I know I should target places they hangout (forums, niche blogs…) and write guest posts but I’m not sure if that’s enough.
What do you think?
I get this exact email from readers, students and friends. I can’t tell you how many times I’ve watched the “but everybody needs it!” failure pattern play out.
Your default reaction is to get greedy
…when you’re scared that entropy is gonna ring your bell. (Ask not for whom the fail-bell tolls!)
Greed leads you to think, to yourself, This is a universal product. Everybody wants it!
You tell yourself, The more people I can target, the better my results will be (and the less likely you are to feel the sting of rejection & failure).
All this leads you to design a product, and marketing, that is as vague as possible. Why? Well, if it’s for everybody, you have to serve everybody. You can’t prioritize for one type of customer or another. You can’t make choices.
Unfortunately this is a fast track to failure. Entropy is grinning at you.
Nobody wants to be everybody
One of the keys to powerful marketing is resonance. You want your market to see it, hear it, and exclaim, “Oh my god.

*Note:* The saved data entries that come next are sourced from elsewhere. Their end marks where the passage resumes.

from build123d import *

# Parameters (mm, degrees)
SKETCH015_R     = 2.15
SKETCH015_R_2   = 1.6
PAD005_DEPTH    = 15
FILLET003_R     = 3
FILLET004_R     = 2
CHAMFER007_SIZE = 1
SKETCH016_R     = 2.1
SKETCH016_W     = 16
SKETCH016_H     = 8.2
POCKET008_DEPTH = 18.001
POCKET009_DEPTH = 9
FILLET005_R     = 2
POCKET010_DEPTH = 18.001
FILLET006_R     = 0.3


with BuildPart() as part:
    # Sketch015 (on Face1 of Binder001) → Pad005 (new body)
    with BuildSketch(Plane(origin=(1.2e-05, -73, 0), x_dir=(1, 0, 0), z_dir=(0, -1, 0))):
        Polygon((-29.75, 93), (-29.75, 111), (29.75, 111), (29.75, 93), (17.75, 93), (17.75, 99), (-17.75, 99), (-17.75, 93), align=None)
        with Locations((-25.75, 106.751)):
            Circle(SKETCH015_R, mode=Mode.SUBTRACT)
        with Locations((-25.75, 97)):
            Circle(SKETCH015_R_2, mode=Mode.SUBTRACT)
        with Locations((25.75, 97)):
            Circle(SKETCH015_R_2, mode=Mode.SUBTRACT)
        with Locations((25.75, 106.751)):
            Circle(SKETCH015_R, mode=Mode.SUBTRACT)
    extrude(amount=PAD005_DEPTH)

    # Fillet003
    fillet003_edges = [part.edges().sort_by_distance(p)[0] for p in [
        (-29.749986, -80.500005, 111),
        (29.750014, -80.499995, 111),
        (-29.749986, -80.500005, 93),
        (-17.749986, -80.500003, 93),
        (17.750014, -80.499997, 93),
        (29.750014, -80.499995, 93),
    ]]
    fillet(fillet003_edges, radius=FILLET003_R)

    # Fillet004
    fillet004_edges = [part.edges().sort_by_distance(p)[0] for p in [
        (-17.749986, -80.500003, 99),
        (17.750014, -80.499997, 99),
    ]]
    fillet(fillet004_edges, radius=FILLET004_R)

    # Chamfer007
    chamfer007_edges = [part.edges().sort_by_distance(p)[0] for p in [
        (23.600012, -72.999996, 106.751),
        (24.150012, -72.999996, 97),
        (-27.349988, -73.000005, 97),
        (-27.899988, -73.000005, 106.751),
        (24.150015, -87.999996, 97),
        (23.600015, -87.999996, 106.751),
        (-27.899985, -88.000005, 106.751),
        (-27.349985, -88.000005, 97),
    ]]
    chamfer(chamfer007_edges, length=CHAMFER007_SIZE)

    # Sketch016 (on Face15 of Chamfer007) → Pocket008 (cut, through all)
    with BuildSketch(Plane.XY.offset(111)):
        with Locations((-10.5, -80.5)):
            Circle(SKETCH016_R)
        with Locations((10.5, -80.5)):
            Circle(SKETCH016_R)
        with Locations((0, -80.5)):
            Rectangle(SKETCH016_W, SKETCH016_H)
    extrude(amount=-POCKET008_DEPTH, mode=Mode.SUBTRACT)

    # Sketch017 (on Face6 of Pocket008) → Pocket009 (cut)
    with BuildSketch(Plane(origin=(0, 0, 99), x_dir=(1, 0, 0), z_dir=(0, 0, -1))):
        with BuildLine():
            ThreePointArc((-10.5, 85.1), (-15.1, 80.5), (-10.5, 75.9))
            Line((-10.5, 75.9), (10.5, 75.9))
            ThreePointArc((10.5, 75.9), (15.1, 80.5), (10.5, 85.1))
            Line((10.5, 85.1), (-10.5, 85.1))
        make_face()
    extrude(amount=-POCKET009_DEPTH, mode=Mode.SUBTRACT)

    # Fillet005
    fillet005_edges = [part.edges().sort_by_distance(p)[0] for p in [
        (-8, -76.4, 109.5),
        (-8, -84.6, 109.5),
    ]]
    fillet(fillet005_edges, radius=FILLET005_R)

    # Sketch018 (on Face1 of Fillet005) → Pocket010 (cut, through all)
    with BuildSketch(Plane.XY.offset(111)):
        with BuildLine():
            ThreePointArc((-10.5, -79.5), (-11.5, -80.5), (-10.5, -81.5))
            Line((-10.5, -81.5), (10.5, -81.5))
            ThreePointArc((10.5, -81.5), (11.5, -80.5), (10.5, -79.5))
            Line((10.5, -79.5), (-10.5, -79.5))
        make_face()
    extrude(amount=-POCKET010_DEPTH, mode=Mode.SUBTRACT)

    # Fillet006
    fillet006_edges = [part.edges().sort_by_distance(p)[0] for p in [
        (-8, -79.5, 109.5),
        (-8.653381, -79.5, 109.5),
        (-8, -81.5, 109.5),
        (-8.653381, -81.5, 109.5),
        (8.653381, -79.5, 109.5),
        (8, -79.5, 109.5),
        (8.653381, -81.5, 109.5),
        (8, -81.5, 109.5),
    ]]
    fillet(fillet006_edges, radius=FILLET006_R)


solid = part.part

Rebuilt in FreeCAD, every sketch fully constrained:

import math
import FreeCAD as App
import Part
import Sketcher
from FreeCAD import Vector


def edges_at(feature, points):
    """Names of the edges that pass closest to the given points."""
    edges = feature.Shape.Edges
    near = lambda p: min(range(len(edges)), key=lambda i: edges[i].distToShape(Part.Vertex(*p))[0])
    return sorted({f"Edge{near(p) + 1}" for p in points})


def add_polygon(sketch, points):
    """Adds a closed chain of lines whose ends are joined by coincident constraints."""
    first, n = sketch.GeometryCount, len(points)
    for a, b in zip(points, points[1:] + points[:1]):
        sketch.addGeometry(Part.LineSegment(App.Vector(*a, 0), App.Vector(*b, 0)), False)
    for i in range(n):
        sketch.addConstraint(Sketcher.Constraint("Coincident", first + i, 2, first + (i + 1) % n, 1))

doc = App.newDocument("Part")
body = doc.addObject("PartDesign::Body", "Body")

# Sketch on XZ plane
sketch1 = doc.addObject("Sketcher::SketchObject", "Sketch")
body.addObject(sketch1)
sketch1.AttachmentSupport = (doc.XZ_Plane, [""])
sketch1.MapMode = "FlatFace"
sketch1.AttachmentOffset = App.Placement(Vector(0, 0, 73), App.Rotation())
add_polygon(sketch1, [(-29.7, 111), (-29.7, 93), (-17.7, 93), (-17.7, 99), (17.8, 99), (17.8, 93), (29.8, 93), (29.8, 111)])  # lines 0-7
sketch1.addGeometry(Part.Circle(Vector(25.8, 97, 0), Vector(0, 0, 1), 1.6), False)  # 8
sketch1.addGeometry(Part.Circle(Vector(-25.7, 97, 0), Vector(0, 0, 1), 1.6), False)  # 9
sketch1.addGeometry(Part.Circle(Vector(25.8, 106.8, 0), Vector(0, 0, 1), 2.1), False)  # 10
sketch1.addGeometry(Part.Circle(Vector(-25.7, 106.8, 0), Vector(0, 0, 1), 2.1), False)  # 11
sketch1.addConstraint(Sketcher.Constraint("Vertical", 0))
sketch1.addConstraint(Sketcher.Constraint("Horizontal", 1))
sketch1.addConstraint(Sketcher.Constraint("Vertical", 2))
sketch1.addConstraint(Sketcher.Constraint("Horizontal", 3))
sketch1.addConstraint(Sketcher.Constraint("Vertical", 4))
sketch1.addConstraint(Sketcher.Constraint("Horizontal", 5))
sketch1.addConstraint(Sketcher.Constraint("Vertical", 6))
sketch1.addConstraint(Sketcher.Constraint("Horizontal", 7))
sketch1.addConstraint(Sketcher.Constraint("Equal", 8, 9))
sketch1.addConstraint(Sketcher.Constraint("Equal", 10, 11))
sketch1.addConstraint(Sketcher.Constraint("Horizontal", 8, 3, 9, 3))
sketch1.addConstraint(Sketcher.Constraint("Horizontal", 10, 3, 11, 3))
sketch1.addConstraint(Sketcher.Constraint("Horizontal", 1, 2, 4, 2))
sketch1.addConstraint(Sketcher.Constraint("Vertical", 8, 3, 10, 3))
sketch1.addConstraint(Sketcher.Constraint("Vertical", 9, 3, 11, 3))
sketch1.addConstraint(Sketcher.Constraint("Equal", 1, 5))
sketch1.addConstraint(Sketcher.Constraint("Diameter", 8, 3.2))
sketch1.addConstraint(Sketcher.Constraint("Diameter", 10, 4.3))
sketch1.addConstraint(Sketcher.Constraint("DistanceX", 1, 1, 1, 2, 12.0))
sketch1.addConstraint(Sketcher.Constraint("DistanceY", 0, 2, 0, 1, 18.0))
sketch1.addConstraint(Sketcher.Constraint("DistanceY", 2, 1, 2, 2, 6.0))
sketch1.addConstraint(Sketcher.Constraint("DistanceX", 3, 1, 3, 2, 35.5))
sketch1.addConstraint(Sketcher.Constraint("DistanceY", -1, 1, 8, 3, 97.0))
sketch1.addConstraint(Sketcher.Constraint("DistanceY", -1, 1, 0, 2, 93.0))
sketch1.addConstraint(Sketcher.Constraint("DistanceX", 0, 2, 9, 3, 4.0))
sketch1.addConstraint(Sketcher.Constraint("DistanceX", 3, 2, 8, 3, 8.0))
sketch1.addConstraint(Sketcher.Constraint("DistanceY", -1, 1, 10, 3, 106.751))
sketch1.addConstraint(Sketcher.Constraint("DistanceX", -1, 1, 8, 3, 25.750012))
pad1 = doc.addObject("PartDesign::Pad", "Pad")
body.addObject(pad1)
pad1.Profile = sketch1
pad1.Length = 15
doc.recompute()

fillet = doc.addObject("PartDesign::Fillet", "Fillet")
body.addObject(fillet)
fillet.Base = (pad1, edges_at(pad1, [
    (-29.75, -80.5, 111),
    (29.75, -80.5, 111),
    (-29.75, -80.5, 93),
    (-17.75, -80.5, 93),
    (17.75, -80.5, 93),
    (29.75, -80.5, 93),
]))
fillet.Radius = 3
doc.recompute()

fillet2 = doc.addObject("PartDesign::Fillet", "Fillet001")
body.addObject(fillet2)
fillet2.Base = (fillet, edges_at(fillet, [(-17.75, -80.5, 99), (17.75, -80.5, 99)]))
fillet2.Radius = 2
doc.recompute()

chamfer = doc.addObject("PartDesign::Chamfer", "Chamfer")
body.addObject(chamfer)
chamfer.Base = (fillet2, edges_at(fillet2, [
    (23.6, -73, 106.751),
    (24.15, -73, 97),
    (-27.35, -73, 97),
    (-27.9, -73, 106.751),
    (24.15, -88, 97),
    (23.6, -88, 106.751),
    (-27.9, -88, 106.751),
    (-27.35, -88, 97),
]))
chamfer.Size = 1

# Sketch on XY plane
sketch2 = doc.addObject("Sketcher::SketchObject", "Sketch001")
body.addObject(sketch2)
sketch2.AttachmentSupport = (doc.XY_Plane, [""])
sketch2.MapMode = "FlatFace"
sketch2.AttachmentOffset = App.Placement(Vector(0, 0, 111), App.Rotation())
sketch2.addGeometry(Part.Circle(Vector(-10.5, -80.5, 0), Vector(0, 0, 1), 2.1), False)  # 0
sketch2.addGeometry(Part.Circle(Vector(10.5, -80.5, 0), Vector(0, 0, 1), 2.1), False)  # 1
add_polygon(sketch2, [(-8, -76.4), (-8, -84.6), (8, -84.6), (8, -76.4)])  # lines 2-5
sketch2.addConstraint(Sketcher.Constraint("Vertical", 2))
sketch2.addConstraint(Sketcher.Constraint("Horizontal", 3))
sketch2.addConstraint(Sketcher.Constraint("Vertical", 4))
sketch2.addConstraint(Sketcher.Constraint("Horizontal", 5))
sketch2.addConstraint(Sketcher.Constraint("Equal", 0, 1))
sketch2.addConstraint(Sketcher.Constraint("Symmetric", 0, 3, 1, 3, -2))
sketch2.addConstraint(Sketcher.Constraint("Diameter", 0, 4.2))
sketch2.addConstraint(Sketcher.Constraint("DistanceX", 3, 1, 3, 2, 16.0))
sketch2.addConstraint(Sketcher.Constraint("DistanceY", 2, 2, 2, 1, 8.2))
sketch2.addConstraint(Sketcher.Constraint("DistanceX", 2, 2, -1, 1, 8.0))
sketch2.addConstraint(Sketcher.Constraint("DistanceX", 0, 3, 1, 3, 21.0))
sketch2.addConstraint(Sketcher.Constraint("DistanceY", 0, 3, -1, 1, 80.5))
sketch2.addConstraint(Sketcher.Constraint("DistanceY", 2, 2, -1, 1, 84.6))
pocket1 = doc.addObject("PartDesign::Pocket", "Pocket")
body.addObject(pocket1)
pocket1.Profile = sketch2
pocket1.Type = "ThroughAll"

# Sketch on XY plane
sketch3 = doc.addObject("Sketcher::SketchObject", "Sketch002")
body.addObject(sketch3)
sketch3.AttachmentSupport = (doc.XY_Plane, [""])
sketch3.MapMode = "FlatFace"
sketch3.AttachmentOffset = App.Placement(Vector(0, 0, 99), App.Rotation())
sketch3.addGeometry(Part.ArcOfCircle(Part.Circle(Vector(-10.5, -80.5, 0), Vector(0, 0, 1), 4.6), math.radians(90), math.radians(270)), False)
sketch3.addGeometry(Part.LineSegment(Vector(-10.5, -75.9, 0), Vector(10.5, -75.9, 0)), False)
sketch3.addGeometry(Part.ArcOfCircle(Part.Circle(Vector(10.5, -80.5, 0), Vector(0, 0, 1), 4.6), math.radians(-90), math.radians(90)), False)
sketch3.addGeometry(Part.LineSegment(Vector(10.5, -85.1, 0), Vector(-10.5, -85.1, 0)), False)
sketch3.addConstraint(Sketcher.Constraint("Tangent", 0, 1, 1, 1))
sketch3.addConstraint(Sketcher.Constraint("Tangent", 1, 2, 2, 2))
sketch3.addConstraint(Sketcher.Constraint("Tangent", 2, 1, 3, 1))
sketch3.addConstraint(Sketcher.Constraint("Tangent", 3, 2, 0, 2))
sketch3.addConstraint(Sketcher.Constraint("Horizontal", 1))
sketch3.addConstraint(Sketcher.Constraint("Horizontal", 3))
sketch3.addConstraint(Sketcher.Constraint("Radius", 0, 4.6))
sketch3.addConstraint(Sketcher.Constraint("DistanceX", 1, 1, 1, 2, 21.0))
sketch3.addConstraint(Sketcher.Constraint("DistanceX", 0, 3, -1, 1, 10.5))
sketch3.addConstraint(Sketcher.Constraint("DistanceY", 0, 3, -1, 1, 80.5))
pocket2 = doc.addObject("PartDesign::Pocket", "Pocket001")
body.addObject(pocket2)
pocket2.Profile = sketch3
pocket2.Length = 9
pocket2.Reversed = True
doc.recompute()

fillet3 = doc.addObject("PartDesign::Fillet", "Fillet002")
body.addObject(fillet3)
fillet3.Base = (pocket2, edges_at(pocket2, [(-8, -76.4, 109.5), (-8, -84.6, 109.5)]))
fillet3.Radius = 2

# Sketch on XY plane
sketch4 = doc.addObject("Sketcher::SketchObject", "Sketch003")
body.addObject(sketch4)
sketch4.AttachmentSupport = (doc.XY_Plane, [""])
sketch4.MapMode = "FlatFace"
sketch4.AttachmentOffset = App.Placement(Vector(0, 0, 111), App.Rotation())
sketch4.addGeometry(Part.ArcOfCircle(Part.Circle(Vector(-10.5, -80.5, 0), Vector(0, 0, 1), 1), math.radians(90), math.radians(270)), False)
sketch4.addGeometry(Part.LineSegment(Vector(-10.5, -81.5, 0), Vector(10.5, -81.5, 0)), False)
sketch4.addGeometry(Part.ArcOfCircle(Part.Circle(Vector(10.5, -80.5, 0), Vector(0, 0, 1), 1), math.radians(-90), math.radians(90)), False)
sketch4.addGeometry(Part.LineSegment(Vector(10.5, -79.5, 0), Vector(-10.5, -79.5, 0)), False)
sketch4.addConstraint(Sketcher.Constraint("Tangent", 0, 2, 1, 1))
sketch4.addConstraint(Sketcher.Constraint("Tangent", 1, 2, 2, 1))
sketch4.addConstraint(Sketcher.Constraint("Tangent", 2, 2, 3, 1))
sketch4.addConstraint(Sketcher.Constraint("Tangent", 3, 2, 0, 1))
sketch4.addConstraint(Sketcher.Constraint("Horizontal", 1))
sketch4.addConstraint(Sketcher.Constraint("Horizontal", 3))
sketch4.addConstraint(Sketcher.Constraint("Radius", 0, 1.0))
sketch4.addConstraint(Sketcher.Constraint("DistanceX", 1, 1, 1, 2, 21.0))
sketch4.addConstraint(Sketcher.Constraint("DistanceX", 0, 3, -1, 1, 10.5))
sketch4.addConstraint(Sketcher.Constraint("DistanceY", 0, 3, -1, 1, 80.5))
pocket3 = doc.addObject("PartDesign::Pocket", "Pocket002")
body.addObject(pocket3)
pocket3.Profile = sketch4
pocket3.Type = "ThroughAll"
doc.recompute()

fillet4 = doc.addObject("PartDesign::Fillet", "Fillet003")
body.addObject(fillet4)
fillet4.Base = (pocket3, edges_at(pocket3, [
    (-8, -79.5, 109.5),
    (-8.653, -79.5, 109.5),
    (-8, -81.5, 109.5),
    (-8.653, -81.5, 109.5),
    (8.653, -79.5, 109.5),
    (8, -79.5, 109.5),
    (8.653, -81.5, 109.5),
    (8, -81.5, 109.5),
]))
fillet4.Radius = 0.3

doc.recompute()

That’s SO RIGHT. I NEED THAT.”
This isn’t just theory; it’s been learned, & proven, by everybody from old school marketers right on down to your friendly local SaaS apps.
Resonance comes from being as specific as you can…from showing an individual that you understand their pains & needs.
Resonance can never come from vague, mushy, “it’s for everybody!” marketing or product design.
So what to do if your tool is universal?
First, admit that your tool isn’t universal. No tool is. Not even the simplest tool humans have invented — the hammer — is one-size-fits-all-purposes.
Then, focus.
Focus on ONE audience that needs it. Focus on the one that is the most lucrative, the one that shares the most, and is otherwise the best.
Target them specifically, with your marketing, and also with the product’s design and features.
If you’ve made a good specific product, and you chose your one good audience wisely, and you keep up the useful marketing, it’ll trickle out, trust me.